Labour market outcomes have also been significantly shaped by policy and regulatory reforms, both in the markets for goods and services where competition was strengthened and in labour markets, which were made more adaptable.  While these reforms have promoted productivity and economic growth and brought more people into work, in particular many women and low-paid workers, the logical consequence of more part-time and low-paid workers is a widening distribution of wages.

Moreover, the distribution of non-wage incomes, and especially capital income, has also become more unequal. However, at around 7%, the share of capital income in total household income still remains modest on average and its impact on overall inequality is therefore limited.

What does the OECD recommend to address this inequality?  One promising path is to foster the employment of under-represented groups. Creating more jobs – and especially more productive and rewarding jobs – which enable people to escape poverty and offer real career prospects, is the most important challenge.

Investing in human capital is also essential to promote employment and employability, and to tackle inequality.  Up-skilling of the workforce is by far the most powerful instrument to counter rising inequality.

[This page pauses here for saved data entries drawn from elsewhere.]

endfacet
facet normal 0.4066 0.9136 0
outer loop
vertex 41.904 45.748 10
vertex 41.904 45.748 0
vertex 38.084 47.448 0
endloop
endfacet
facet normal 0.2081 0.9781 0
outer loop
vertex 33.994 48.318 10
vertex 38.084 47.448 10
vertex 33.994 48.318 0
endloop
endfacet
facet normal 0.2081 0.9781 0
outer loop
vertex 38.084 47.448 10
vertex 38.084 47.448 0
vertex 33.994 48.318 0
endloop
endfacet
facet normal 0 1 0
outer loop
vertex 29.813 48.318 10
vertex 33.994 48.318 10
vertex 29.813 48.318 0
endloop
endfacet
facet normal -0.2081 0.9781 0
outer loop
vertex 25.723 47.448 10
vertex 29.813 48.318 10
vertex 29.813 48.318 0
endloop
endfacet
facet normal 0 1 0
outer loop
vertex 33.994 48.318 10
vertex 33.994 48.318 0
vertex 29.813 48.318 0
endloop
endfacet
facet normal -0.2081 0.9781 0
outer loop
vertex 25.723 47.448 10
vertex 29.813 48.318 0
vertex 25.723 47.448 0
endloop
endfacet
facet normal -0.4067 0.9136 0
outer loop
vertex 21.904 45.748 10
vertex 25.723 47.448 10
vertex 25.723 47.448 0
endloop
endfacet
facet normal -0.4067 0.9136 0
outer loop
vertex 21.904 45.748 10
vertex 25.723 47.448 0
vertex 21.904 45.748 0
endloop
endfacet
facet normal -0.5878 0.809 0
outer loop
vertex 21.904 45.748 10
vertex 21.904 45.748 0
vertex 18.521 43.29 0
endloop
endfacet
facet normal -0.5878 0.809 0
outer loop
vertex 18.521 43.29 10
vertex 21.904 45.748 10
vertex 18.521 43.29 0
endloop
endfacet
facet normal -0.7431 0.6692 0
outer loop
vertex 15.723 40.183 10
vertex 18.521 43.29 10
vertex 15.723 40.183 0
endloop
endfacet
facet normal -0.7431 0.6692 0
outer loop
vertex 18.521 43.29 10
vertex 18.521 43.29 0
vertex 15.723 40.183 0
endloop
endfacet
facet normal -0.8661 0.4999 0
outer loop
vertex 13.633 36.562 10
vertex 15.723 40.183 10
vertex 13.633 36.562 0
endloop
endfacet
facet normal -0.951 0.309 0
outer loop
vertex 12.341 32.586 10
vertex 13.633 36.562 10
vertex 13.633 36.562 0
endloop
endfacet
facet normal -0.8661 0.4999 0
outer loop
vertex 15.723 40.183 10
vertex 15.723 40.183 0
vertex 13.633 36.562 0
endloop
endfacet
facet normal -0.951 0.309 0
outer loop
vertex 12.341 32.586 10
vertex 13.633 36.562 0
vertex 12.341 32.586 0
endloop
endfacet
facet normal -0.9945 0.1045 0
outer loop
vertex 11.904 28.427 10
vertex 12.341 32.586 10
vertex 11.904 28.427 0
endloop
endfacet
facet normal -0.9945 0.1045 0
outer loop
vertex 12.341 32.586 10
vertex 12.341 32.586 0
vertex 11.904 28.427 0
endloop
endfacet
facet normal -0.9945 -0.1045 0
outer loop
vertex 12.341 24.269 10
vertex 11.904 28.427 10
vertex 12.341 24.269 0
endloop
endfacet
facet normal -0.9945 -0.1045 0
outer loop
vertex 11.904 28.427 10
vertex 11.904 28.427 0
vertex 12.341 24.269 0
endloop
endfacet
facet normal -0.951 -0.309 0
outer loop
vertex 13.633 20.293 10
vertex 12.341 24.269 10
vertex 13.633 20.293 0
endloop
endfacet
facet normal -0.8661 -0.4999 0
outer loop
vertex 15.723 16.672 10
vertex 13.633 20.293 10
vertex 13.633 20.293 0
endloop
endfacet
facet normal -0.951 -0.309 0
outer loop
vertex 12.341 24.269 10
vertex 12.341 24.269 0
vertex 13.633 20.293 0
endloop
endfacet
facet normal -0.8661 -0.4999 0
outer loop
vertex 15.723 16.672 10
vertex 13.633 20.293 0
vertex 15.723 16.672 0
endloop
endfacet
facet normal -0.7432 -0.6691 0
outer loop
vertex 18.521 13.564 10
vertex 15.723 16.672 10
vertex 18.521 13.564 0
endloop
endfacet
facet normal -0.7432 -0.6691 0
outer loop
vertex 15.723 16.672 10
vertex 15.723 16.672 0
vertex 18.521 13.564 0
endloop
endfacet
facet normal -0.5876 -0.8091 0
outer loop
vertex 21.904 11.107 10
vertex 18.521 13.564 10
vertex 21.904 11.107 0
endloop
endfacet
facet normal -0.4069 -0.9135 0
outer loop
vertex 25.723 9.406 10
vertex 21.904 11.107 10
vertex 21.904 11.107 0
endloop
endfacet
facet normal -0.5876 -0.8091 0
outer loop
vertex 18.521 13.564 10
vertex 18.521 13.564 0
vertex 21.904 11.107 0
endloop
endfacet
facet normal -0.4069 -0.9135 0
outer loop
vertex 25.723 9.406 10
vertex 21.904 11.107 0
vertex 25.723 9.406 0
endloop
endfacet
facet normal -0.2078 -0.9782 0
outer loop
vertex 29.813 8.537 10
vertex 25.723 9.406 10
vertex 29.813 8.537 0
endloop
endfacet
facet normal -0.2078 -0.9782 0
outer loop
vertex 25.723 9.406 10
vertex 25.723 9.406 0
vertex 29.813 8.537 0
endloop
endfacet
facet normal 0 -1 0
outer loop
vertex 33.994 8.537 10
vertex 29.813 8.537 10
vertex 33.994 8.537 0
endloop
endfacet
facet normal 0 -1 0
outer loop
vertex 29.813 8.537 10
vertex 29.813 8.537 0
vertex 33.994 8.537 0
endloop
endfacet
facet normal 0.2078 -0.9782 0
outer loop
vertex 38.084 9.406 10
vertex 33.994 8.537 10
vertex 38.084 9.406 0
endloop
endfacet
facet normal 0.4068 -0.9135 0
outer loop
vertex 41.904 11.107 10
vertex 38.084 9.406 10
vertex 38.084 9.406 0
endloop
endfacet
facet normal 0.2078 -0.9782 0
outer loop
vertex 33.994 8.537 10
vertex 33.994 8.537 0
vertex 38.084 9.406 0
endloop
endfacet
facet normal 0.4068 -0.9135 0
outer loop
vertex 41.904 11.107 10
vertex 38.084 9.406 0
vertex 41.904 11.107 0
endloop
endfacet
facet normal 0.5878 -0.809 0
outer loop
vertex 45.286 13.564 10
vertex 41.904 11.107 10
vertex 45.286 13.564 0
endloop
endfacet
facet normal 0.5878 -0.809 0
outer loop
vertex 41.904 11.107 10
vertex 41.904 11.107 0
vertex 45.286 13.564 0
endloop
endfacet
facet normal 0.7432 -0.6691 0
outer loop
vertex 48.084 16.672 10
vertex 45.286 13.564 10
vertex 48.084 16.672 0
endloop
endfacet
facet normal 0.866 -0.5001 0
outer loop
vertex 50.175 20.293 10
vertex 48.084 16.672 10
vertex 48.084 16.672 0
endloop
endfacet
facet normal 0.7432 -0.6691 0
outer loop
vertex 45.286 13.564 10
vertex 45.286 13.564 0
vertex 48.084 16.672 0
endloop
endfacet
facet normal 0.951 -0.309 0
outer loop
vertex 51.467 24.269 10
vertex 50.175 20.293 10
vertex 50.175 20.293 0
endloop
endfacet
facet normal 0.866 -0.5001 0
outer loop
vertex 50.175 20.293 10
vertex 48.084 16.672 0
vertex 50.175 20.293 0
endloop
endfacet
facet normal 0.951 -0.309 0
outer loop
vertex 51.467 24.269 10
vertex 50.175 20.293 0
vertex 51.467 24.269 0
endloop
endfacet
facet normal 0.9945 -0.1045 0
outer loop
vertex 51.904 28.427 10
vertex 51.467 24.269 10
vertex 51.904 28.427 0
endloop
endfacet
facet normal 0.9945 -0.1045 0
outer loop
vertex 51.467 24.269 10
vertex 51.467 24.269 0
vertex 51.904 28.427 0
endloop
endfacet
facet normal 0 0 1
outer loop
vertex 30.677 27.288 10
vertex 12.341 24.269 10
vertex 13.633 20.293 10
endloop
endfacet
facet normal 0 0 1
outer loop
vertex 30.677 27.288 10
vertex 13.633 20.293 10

The investment in people must begin in early childhood and be followed through into formal education and work. This is vital to ensure equality of opportunity for children from disadvantaged backgrounds. Human capital investment then needs to be sustained over the working life. The way that training is provided also needs careful assessment and both employers and individuals need the means and incentives to invest in human capital.

Reforming tax and benefit policies are also measures that can promote a better distribution of income. Tax-benefit systems have become less effective at redistributing incomes over the past decades. The main reason for this declining redistribution is on the benefit side: levels were cut and eligibility rules tightened to contain social spending, and transfers to the lowest income groups failed to keep pace with earnings growth.

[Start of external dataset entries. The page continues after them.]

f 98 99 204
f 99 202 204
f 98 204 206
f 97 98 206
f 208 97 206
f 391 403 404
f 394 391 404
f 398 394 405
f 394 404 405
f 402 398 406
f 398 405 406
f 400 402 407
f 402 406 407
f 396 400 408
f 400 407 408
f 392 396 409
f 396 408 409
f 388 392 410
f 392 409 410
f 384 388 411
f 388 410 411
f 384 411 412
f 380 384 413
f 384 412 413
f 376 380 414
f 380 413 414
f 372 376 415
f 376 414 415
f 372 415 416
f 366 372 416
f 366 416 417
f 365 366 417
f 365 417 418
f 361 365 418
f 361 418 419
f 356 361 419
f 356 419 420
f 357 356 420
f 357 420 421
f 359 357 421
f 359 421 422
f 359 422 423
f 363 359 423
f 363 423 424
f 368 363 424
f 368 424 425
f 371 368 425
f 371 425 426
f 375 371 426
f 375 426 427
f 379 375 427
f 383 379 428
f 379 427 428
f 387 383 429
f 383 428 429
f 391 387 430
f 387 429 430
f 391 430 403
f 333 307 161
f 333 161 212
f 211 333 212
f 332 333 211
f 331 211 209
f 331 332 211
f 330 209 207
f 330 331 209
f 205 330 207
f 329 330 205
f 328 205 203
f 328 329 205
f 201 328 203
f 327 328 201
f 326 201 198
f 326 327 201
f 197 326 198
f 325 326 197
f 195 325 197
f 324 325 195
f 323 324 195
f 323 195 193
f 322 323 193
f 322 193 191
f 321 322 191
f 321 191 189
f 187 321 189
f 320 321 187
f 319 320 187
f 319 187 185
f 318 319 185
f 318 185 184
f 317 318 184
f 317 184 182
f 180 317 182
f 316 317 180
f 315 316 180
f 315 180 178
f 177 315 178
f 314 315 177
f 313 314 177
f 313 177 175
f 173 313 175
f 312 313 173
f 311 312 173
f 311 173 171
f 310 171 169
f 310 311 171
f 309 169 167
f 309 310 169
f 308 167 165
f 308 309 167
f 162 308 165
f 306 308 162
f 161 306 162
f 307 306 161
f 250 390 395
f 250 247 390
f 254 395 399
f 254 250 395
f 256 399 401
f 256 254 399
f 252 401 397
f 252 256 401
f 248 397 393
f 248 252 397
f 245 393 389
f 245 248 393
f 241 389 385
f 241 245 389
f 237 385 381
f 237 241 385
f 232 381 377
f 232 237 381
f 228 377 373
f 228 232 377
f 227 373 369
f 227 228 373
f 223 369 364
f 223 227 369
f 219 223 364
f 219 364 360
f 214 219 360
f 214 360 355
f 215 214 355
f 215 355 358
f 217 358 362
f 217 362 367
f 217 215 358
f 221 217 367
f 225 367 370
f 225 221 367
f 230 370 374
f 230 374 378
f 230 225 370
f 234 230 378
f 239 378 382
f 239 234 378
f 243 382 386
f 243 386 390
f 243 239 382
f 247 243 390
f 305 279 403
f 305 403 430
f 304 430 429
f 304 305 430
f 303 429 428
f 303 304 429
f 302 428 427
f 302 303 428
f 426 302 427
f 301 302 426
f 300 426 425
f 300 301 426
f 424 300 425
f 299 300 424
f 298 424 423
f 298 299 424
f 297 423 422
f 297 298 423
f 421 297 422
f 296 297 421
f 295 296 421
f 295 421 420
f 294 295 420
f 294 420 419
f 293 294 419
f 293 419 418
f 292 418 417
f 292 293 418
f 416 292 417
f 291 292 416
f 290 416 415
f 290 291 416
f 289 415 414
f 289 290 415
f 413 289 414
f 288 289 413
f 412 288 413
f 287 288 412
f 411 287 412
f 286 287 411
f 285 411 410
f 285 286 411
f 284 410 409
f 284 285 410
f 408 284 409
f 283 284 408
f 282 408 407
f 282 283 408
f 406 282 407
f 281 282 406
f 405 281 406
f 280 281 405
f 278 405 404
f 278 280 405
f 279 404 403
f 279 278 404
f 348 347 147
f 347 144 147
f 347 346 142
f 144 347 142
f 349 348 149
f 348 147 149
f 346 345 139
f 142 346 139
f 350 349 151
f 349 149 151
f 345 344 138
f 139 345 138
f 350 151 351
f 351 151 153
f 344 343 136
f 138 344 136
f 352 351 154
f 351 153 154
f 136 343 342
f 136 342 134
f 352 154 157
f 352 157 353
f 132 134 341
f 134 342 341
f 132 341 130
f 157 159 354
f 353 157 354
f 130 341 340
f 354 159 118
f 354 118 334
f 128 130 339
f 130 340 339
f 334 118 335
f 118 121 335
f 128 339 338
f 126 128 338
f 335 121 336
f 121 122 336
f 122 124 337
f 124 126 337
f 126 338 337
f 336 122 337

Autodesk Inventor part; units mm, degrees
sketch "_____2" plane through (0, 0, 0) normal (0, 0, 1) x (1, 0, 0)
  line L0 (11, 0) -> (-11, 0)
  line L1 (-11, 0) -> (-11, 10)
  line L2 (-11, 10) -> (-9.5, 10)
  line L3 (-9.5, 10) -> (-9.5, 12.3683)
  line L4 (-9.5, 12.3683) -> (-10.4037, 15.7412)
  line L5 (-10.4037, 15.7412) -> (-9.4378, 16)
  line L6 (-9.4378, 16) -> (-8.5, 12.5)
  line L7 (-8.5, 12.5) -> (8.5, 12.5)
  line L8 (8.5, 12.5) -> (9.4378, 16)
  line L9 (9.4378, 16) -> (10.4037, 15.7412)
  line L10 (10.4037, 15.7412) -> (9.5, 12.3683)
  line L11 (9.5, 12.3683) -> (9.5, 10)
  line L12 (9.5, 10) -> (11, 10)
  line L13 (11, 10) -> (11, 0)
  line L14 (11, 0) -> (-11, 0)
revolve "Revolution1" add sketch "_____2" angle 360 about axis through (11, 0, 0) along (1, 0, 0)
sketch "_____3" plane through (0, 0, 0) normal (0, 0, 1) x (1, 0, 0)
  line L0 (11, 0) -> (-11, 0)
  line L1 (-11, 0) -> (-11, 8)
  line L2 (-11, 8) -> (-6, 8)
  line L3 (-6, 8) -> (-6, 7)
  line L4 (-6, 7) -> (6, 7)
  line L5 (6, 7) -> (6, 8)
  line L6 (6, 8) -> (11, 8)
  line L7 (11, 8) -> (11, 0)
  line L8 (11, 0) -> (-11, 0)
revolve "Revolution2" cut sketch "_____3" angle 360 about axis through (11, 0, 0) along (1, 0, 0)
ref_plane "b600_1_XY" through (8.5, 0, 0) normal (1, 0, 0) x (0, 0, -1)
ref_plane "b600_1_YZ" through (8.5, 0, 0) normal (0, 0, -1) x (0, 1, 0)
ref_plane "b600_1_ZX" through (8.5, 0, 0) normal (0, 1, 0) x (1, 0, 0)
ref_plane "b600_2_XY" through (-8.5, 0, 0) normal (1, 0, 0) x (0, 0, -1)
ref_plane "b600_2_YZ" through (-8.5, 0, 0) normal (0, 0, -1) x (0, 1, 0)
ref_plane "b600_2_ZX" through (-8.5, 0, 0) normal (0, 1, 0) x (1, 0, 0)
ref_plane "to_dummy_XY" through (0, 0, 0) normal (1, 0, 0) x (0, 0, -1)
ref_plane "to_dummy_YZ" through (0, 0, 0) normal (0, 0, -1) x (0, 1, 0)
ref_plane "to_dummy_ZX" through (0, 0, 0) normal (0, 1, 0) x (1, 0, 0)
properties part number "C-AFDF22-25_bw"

Over the last two decades, there was a move away from highly progressive income tax rates and net wealth taxes in many countries. As top earners now have a greater capacity to pay taxes than before, some governments are re-examining their tax systems to ensure that wealthier individuals contribute their fair share of the tax burden.

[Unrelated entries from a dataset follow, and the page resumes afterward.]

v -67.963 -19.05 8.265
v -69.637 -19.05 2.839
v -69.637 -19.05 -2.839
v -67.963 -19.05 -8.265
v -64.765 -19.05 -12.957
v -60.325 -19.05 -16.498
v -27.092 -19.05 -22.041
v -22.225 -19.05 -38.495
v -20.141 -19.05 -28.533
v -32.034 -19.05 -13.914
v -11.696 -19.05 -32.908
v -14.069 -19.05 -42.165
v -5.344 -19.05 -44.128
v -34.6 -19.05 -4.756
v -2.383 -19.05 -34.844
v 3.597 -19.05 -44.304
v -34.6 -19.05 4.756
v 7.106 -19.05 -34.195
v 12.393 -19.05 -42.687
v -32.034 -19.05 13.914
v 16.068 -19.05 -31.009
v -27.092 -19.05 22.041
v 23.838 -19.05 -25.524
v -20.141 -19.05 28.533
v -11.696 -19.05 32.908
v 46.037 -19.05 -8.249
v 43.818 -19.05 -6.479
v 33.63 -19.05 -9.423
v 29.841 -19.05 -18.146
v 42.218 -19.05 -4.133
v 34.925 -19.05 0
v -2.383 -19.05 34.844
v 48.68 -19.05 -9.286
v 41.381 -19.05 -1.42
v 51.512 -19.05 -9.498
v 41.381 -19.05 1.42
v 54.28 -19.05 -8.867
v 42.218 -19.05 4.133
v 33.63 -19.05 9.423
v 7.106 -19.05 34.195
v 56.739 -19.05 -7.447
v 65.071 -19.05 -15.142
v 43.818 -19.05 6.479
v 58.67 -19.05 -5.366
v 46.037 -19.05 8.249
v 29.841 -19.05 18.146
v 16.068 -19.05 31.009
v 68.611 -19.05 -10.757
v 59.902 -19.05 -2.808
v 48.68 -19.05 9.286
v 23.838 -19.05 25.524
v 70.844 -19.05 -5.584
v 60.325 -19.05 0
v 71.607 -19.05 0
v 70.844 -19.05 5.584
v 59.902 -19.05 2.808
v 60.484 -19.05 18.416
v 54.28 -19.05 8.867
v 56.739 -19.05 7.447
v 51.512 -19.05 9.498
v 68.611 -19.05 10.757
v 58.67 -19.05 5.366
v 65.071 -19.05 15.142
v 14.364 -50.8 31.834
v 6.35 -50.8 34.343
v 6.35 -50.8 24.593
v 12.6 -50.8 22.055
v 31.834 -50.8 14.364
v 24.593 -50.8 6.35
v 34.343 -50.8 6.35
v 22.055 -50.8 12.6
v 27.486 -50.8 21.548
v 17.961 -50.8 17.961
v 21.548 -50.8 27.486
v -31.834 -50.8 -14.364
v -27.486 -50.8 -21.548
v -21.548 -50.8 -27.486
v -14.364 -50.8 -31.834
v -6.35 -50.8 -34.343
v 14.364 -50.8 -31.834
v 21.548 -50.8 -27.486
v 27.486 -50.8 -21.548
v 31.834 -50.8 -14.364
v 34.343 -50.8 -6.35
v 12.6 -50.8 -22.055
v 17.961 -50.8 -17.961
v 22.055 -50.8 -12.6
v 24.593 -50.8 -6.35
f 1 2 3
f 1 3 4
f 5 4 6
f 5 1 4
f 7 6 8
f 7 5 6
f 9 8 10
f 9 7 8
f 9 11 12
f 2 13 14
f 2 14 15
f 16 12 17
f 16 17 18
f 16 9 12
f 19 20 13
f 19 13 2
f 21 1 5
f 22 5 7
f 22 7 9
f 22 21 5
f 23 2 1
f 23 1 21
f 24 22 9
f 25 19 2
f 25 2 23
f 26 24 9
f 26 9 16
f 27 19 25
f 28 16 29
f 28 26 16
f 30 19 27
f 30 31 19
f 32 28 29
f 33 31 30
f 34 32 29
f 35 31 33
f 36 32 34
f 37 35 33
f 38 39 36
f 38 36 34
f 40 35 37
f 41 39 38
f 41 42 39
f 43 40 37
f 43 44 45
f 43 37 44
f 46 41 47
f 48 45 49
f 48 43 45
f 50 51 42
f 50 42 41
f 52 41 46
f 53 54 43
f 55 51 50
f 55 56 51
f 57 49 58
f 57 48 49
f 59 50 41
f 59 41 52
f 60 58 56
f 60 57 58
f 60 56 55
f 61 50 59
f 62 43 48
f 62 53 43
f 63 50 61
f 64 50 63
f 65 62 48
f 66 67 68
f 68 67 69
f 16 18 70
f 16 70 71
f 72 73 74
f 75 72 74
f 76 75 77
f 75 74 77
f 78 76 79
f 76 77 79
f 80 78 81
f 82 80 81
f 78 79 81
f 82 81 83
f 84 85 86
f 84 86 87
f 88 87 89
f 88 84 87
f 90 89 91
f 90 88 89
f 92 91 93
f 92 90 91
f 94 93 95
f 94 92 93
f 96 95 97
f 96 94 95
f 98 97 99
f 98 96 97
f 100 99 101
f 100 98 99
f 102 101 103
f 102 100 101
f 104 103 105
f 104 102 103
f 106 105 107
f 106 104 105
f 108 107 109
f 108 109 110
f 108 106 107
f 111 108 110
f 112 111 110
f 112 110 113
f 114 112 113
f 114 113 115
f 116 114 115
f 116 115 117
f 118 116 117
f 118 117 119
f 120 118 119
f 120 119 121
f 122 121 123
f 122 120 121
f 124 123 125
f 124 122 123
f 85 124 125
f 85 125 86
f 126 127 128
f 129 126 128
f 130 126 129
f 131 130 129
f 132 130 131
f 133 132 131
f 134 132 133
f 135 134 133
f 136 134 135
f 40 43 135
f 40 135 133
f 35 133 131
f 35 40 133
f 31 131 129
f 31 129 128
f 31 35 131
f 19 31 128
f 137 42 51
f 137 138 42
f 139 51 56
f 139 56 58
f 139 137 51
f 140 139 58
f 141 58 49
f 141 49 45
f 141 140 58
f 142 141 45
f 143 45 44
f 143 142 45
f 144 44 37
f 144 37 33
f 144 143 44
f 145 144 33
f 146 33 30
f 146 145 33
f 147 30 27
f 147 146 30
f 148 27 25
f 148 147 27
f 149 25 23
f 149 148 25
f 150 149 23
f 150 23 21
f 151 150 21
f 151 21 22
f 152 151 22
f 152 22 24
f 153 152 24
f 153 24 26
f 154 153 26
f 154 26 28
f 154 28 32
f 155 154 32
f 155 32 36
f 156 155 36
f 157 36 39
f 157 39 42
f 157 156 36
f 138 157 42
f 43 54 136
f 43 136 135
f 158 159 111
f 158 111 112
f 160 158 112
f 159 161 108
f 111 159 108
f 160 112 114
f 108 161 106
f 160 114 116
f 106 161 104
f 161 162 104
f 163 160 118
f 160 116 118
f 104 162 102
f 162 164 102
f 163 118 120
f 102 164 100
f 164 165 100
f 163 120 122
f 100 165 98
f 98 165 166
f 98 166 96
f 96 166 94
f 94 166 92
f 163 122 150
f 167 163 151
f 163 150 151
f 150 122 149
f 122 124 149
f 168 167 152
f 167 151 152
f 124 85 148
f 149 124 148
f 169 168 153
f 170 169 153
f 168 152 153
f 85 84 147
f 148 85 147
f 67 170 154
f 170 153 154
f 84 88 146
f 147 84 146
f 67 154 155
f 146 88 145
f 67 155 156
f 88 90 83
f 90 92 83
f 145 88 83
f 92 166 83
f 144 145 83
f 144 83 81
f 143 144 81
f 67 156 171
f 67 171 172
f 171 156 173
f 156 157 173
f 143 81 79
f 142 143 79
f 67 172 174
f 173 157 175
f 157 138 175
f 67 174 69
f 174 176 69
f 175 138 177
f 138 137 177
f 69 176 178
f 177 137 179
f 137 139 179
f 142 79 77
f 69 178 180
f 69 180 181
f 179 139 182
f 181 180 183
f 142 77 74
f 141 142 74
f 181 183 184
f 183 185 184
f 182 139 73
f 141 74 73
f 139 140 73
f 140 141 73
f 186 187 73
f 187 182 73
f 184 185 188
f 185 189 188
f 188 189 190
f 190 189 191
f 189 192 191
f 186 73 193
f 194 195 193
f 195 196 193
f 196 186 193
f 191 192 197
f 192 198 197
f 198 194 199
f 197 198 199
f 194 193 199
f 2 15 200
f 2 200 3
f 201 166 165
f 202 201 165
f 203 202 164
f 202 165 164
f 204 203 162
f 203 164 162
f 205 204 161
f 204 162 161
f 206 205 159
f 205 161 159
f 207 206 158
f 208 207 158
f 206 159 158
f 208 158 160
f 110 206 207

This aim can be achieved in several different ways. They include not only the possibility of raising marginal tax rates on the rich but also improving tax compliance (and in this areas we have been helping governments eliminate bank secrecy and fiscal havens), eliminating tax deductions, and reassessing the role of taxes on all forms of property and wealth.

Another important instrument especially for emerging economies is the provision of high-quality public services, such as education, health, and family care. On average, OECD governments spend as much on public social services – some 13% of GDP – as they do on all cash benefits taken together and this spending reduces inequality by about one fifth on average.

Ensuring equal access for all to such services is a challenge in many emerging economies, but it is of critical importance in order to reduce inequality and provide equal opportunities of personal and professional development for all citizens.

The OECD concludes that the benefits of economic growth DO NOT trickle down automatically.  Greater inequality DOES NOT foster social mobility. Without a comprehensive strategy for inclusive growth, inequality will continue to rise. There is nothing inevitable about high and growing inequalities. Our policies have created a system that makes them grow and it’s time to change these policies.

This timing of this report, just before Christmas, is perfect, as OECD Secretary-General calls for us to “Go Social!”.  As laudatory as this chant is, there is little evidence that the OECD governments are putting “better policies for better lives” at the centre of their policy efforts.  Too many people live in a world with few opportunities or hope.

Reference:

OECD.  Divided We Stand: Why Inequality Keeps Rising.